The Nature of Mental Retardation

Mental retardation is a disability or impairment in intellectual and social skills. It's a condition of incomplete or immature intellectual development that adversely affects the capacity to cope successfully with the challenges of daily existence. Its most general effect is to increase the degree of dependence in meeting those challenges.

According to the most recent AAMR definition of the disability, the 10th edition of Mental Retardation (Luckasson et al., 2002). This review examines each of its three elements — intelligence, adaptive behavior, and age of onset — as these are described and amplified in the AAMR model. Here is the 2002 definition:

“Mental retardation is a disability characterized by significant limitations both in intellectual functioning and in adaptive behavior as expressed in conceptual, social, and practical adaptive skills. This disability originates before age 18.”

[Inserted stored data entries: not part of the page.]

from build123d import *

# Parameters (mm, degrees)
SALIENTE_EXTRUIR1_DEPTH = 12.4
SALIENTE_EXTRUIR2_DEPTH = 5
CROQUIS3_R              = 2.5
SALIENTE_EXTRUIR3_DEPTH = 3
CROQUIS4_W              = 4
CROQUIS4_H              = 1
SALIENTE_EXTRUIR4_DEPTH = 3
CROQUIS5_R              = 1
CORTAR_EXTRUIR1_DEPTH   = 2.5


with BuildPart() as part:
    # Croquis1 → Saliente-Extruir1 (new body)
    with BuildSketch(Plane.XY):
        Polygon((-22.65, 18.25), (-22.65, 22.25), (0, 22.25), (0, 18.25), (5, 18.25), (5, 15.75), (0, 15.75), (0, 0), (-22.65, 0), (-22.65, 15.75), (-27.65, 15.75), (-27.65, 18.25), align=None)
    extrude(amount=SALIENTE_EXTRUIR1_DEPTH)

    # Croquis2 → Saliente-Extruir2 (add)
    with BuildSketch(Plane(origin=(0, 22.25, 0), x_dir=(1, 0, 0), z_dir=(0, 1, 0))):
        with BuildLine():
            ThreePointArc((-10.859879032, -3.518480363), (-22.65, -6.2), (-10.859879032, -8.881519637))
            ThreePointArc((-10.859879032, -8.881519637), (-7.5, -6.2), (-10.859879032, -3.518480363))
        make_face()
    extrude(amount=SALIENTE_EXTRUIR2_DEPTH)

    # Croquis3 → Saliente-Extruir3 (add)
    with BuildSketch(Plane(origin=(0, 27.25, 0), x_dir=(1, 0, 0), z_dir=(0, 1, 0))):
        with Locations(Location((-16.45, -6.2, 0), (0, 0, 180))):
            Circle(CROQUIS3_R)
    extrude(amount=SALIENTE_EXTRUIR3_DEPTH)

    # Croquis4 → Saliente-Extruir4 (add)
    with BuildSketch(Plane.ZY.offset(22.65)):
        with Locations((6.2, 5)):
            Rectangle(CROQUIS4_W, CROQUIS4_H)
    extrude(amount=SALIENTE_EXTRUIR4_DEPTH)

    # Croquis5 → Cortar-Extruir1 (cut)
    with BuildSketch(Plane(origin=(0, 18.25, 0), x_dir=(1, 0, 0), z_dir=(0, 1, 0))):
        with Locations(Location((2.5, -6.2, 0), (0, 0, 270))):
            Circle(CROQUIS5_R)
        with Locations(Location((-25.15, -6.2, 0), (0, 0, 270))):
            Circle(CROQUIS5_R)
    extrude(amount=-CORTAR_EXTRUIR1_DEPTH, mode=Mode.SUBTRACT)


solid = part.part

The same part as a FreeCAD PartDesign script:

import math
import FreeCAD as App
import Part
import Sketcher

V = App.Vector
Q = App.Units.Quantity


def add_polygon(sketch, points):
    """Adds a closed chain of lines whose ends are joined by coincident constraints."""
    first, n = sketch.GeometryCount, len(points)
    for a, b in zip(points, points[1:] + points[:1]):
        sketch.addGeometry(Part.LineSegment(App.Vector(*a, 0), App.Vector(*b, 0)), False)
    for i in range(n):
        sketch.addConstraint(Sketcher.Constraint("Coincident", first + i, 2, first + (i + 1) % n, 1))

doc = App.newDocument("Part")
body = doc.addObject("PartDesign::Body", "Body")

sketch1 = doc.addObject("Sketcher::SketchObject", "Sketch")
body.addObject(sketch1)
sketch1.AttachmentSupport = (doc.XY_Plane, [""])
sketch1.MapMode = "FlatFace"
add_polygon(sketch1, [(-22.65, 22.25), (-22.65, 18.25), (-27.65, 18.25), (-27.65, 15.75), (-22.65, 15.75), (-22.65, 0), (0, 0), (0, 15.75), (5, 15.75), (5, 18.25), (0, 18.25), (0, 22.25)])
sketch1.addConstraint([
    Sketcher.Constraint("Vertical", 0),
    Sketcher.Constraint("Horizontal", 1),
    Sketcher.Constraint("Vertical", 2),
    Sketcher.Constraint("Horizontal", 3),
    Sketcher.Constraint("Vertical", 4),
    Sketcher.Constraint("Horizontal", 5),
    Sketcher.Constraint("Vertical", 6),
    Sketcher.Constraint("Horizontal", 7),
    Sketcher.Constraint("Vertical", 8),
    Sketcher.Constraint("Horizontal", 9),
    Sketcher.Constraint("Vertical", 10),
    Sketcher.Constraint("Horizontal", 11),
    Sketcher.Constraint("Coincident", 5, 2, -1, 1),
    Sketcher.Constraint("PointOnObject", 9, 2, -2),
    Sketcher.Constraint("Horizontal", 3, 2, 6, 2),
    Sketcher.Constraint("Horizontal", 1, 2, 8, 2),
    Sketcher.Constraint("Vertical", 0, 2, 3, 2),
    Sketcher.Constraint("Equal", 3, 7),
    Sketcher.Constraint("DistanceX", 1, 2, 1, 1, Q("5 mm")),
    Sketcher.Constraint("DistanceY", 0, 2, 0, 1, Q("4 mm")),
    Sketcher.Constraint("DistanceY", 2, 2, 2, 1, Q("2.5 mm")),
    Sketcher.Constraint("DistanceX", 5, 1, 5, 2, Q("22.65 mm")),
    Sketcher.Constraint("DistanceY", 4, 2, 4, 1, Q("15.75 mm")),
])
pad1 = doc.addObject("PartDesign::Pad", "Pad")
body.addObject(pad1)
pad1.Profile = sketch1
pad1.Length = 12.4

sketch2 = doc.addObject("Sketcher::SketchObject", "Sketch001")
body.addObject(sketch2)
sketch2.AttachmentSupport = (doc.XZ_Plane, [""])
sketch2.MapMode = "FlatFace"
sketch2.AttachmentOffset = App.Placement(V(0, 0, -22.25), App.Rotation())
sketch2.addGeometry([
    Part.ArcOfCircle(Part.Circle(V(-16.45, 6.2, 0), V(0, 0, 1), 6.2), math.radians(25.626523), math.radians(334.373477)),
    Part.ArcOfCircle(Part.Circle(V(-10.25, 6.2, 0), V(0, 0, 1), 2.75), math.radians(-102.813261), math.radians(102.813261)),
], False)
sketch2.addConstraint([
    Sketcher.Constraint("Coincident", 0, 1, 1, 2),
    Sketcher.Constraint("Coincident", 1, 1, 0, 2),
    Sketcher.Constraint("Horizontal", 0, 3, 1, 3),
    Sketcher.Constraint("Radius", 0, Q("6.2 mm")),
    Sketcher.Constraint("Radius", 1, Q("2.75 mm")),
    Sketcher.Constraint("DistanceY", -1, 1, 0, 3, Q("6.2 mm")),
    Sketcher.Constraint("DistanceX", 0, 3, 1, 3, Q("6.2 mm")),
    Sketcher.Constraint("DistanceX", 0, 3, -1, 1, Q("16.45 mm")),
])
pad2 = doc.addObject("PartDesign::Pad", "Pad001")
body.addObject(pad2)
pad2.Profile = sketch2
pad2.Length = 5
pad2.Reversed = True

sketch3 = doc.addObject("Sketcher::SketchObject", "Sketch002")
body.addObject(sketch3)
sketch3.AttachmentSupport = (doc.XZ_Plane, [""])
sketch3.MapMode = "FlatFace"
sketch3.AttachmentOffset = App.Placement(V(0, 0, -27.25), App.Rotation())
sketch3.addGeometry(Part.Circle(V(-16.45, 6.2, 0), V(0, 0, 1), 2.5), False)
sketch3.addConstraint([
    Sketcher.Constraint("Diameter", 0, Q("5 mm")),
    Sketcher.Constraint("DistanceY", -1, 1, 0, 3, Q("6.2 mm")),
    Sketcher.Constraint("DistanceX", 0, 3, -1, 1, Q("16.45 mm")),
])
pad3 = doc.addObject("PartDesign::Pad", "Pad002")
body.addObject(pad3)
pad3.Profile = sketch3
pad3.Length = 3
pad3.Reversed = True

sketch4 = doc.addObject("Sketcher::SketchObject", "Sketch003")
body.addObject(sketch4)
sketch4.AttachmentSupport = (doc.YZ_Plane, [""])
sketch4.MapMode = "FlatFace"
sketch4.AttachmentOffset = App.Placement(V(0, 0, -22.65), App.Rotation())
add_polygon(sketch4, [(5.5, 4.2), (4.5, 4.2), (4.5, 8.2), (5.5, 8.2)])
sketch4.addConstraint([
    Sketcher.Constraint("Horizontal", 0),
    Sketcher.Constraint("Vertical", 1),
    Sketcher.Constraint("Horizontal", 2),
    Sketcher.Constraint("Vertical", 3),
    Sketcher.Constraint("DistanceX", 0, 2, 0, 1, Q("1 mm")),
    Sketcher.Constraint("DistanceY", 1, 1, 1, 2, Q("4 mm")),
    Sketcher.Constraint("DistanceX", -1, 1, 0, 2, Q("4.5 mm")),
    Sketcher.Constraint("DistanceY", -1, 1, 0, 2, Q("4.2 mm")),
])
pad4 = doc.addObject("PartDesign::Pad", "Pad003")
body.addObject(pad4)
pad4.Profile = sketch4
pad4.Length = 3
pad4.Reversed = True

sketch5 = doc.addObject("Sketcher::SketchObject", "Sketch004")
body.addObject(sketch5)
sketch5.AttachmentSupport = (doc.XZ_Plane, [""])
sketch5.MapMode = "FlatFace"
sketch5.AttachmentOffset = App.Placement(V(0, 0, -18.25), App.Rotation())
sketch5.addGeometry([
    Part.Circle(V(2.5, 6.2, 0), V(0, 0, 1), 1),
    Part.Circle(V(-25.15, 6.2, 0), V(0, 0, 1), 1),
], False)
sketch5.addConstraint([
    Sketcher.Constraint("Equal", 0, 1),
    Sketcher.Constraint("Horizontal", 0, 3, 1, 3),
    Sketcher.Constraint("Diameter", 0, Q("2 mm")),
    Sketcher.Constraint("DistanceX", -1, 1, 0, 3, Q("2.5 mm")),
    Sketcher.Constraint("DistanceY", -1, 1, 0, 3, Q("6.2 mm")),
    Sketcher.Constraint("DistanceX", 1, 3, -1, 1, Q("25.15 mm")),
])
pocket1 = doc.addObject("PartDesign::Pocket", "Pocket")
body.addObject(pocket1)
pocket1.Profile = sketch5
pocket1.Length = 2.5
pocket1.Reversed = True

doc.recompute()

Reference has been made to the effect of mental retardation on “adaptive behavior.” Its most general consequence, at any age, is to limit the mastery of the developmental skills appropriate to that age and thereby to increase the degree of dependency on others for their performance. In childhood and adolescence this means a greater dependence on parents and caregivers than is typical for that age. For some, though, since mental retardation varies so widely in its severity, the prolongation of dependency may be largely limited to the pre-adult years.

The individual with mental retardation will be delayed in the acquisition of age-related developmental skills in all adaptive domains, and his or her behavior, in comparison to that of the normally developing person, will appear “childlike” — that is, more appropriate to a younger age.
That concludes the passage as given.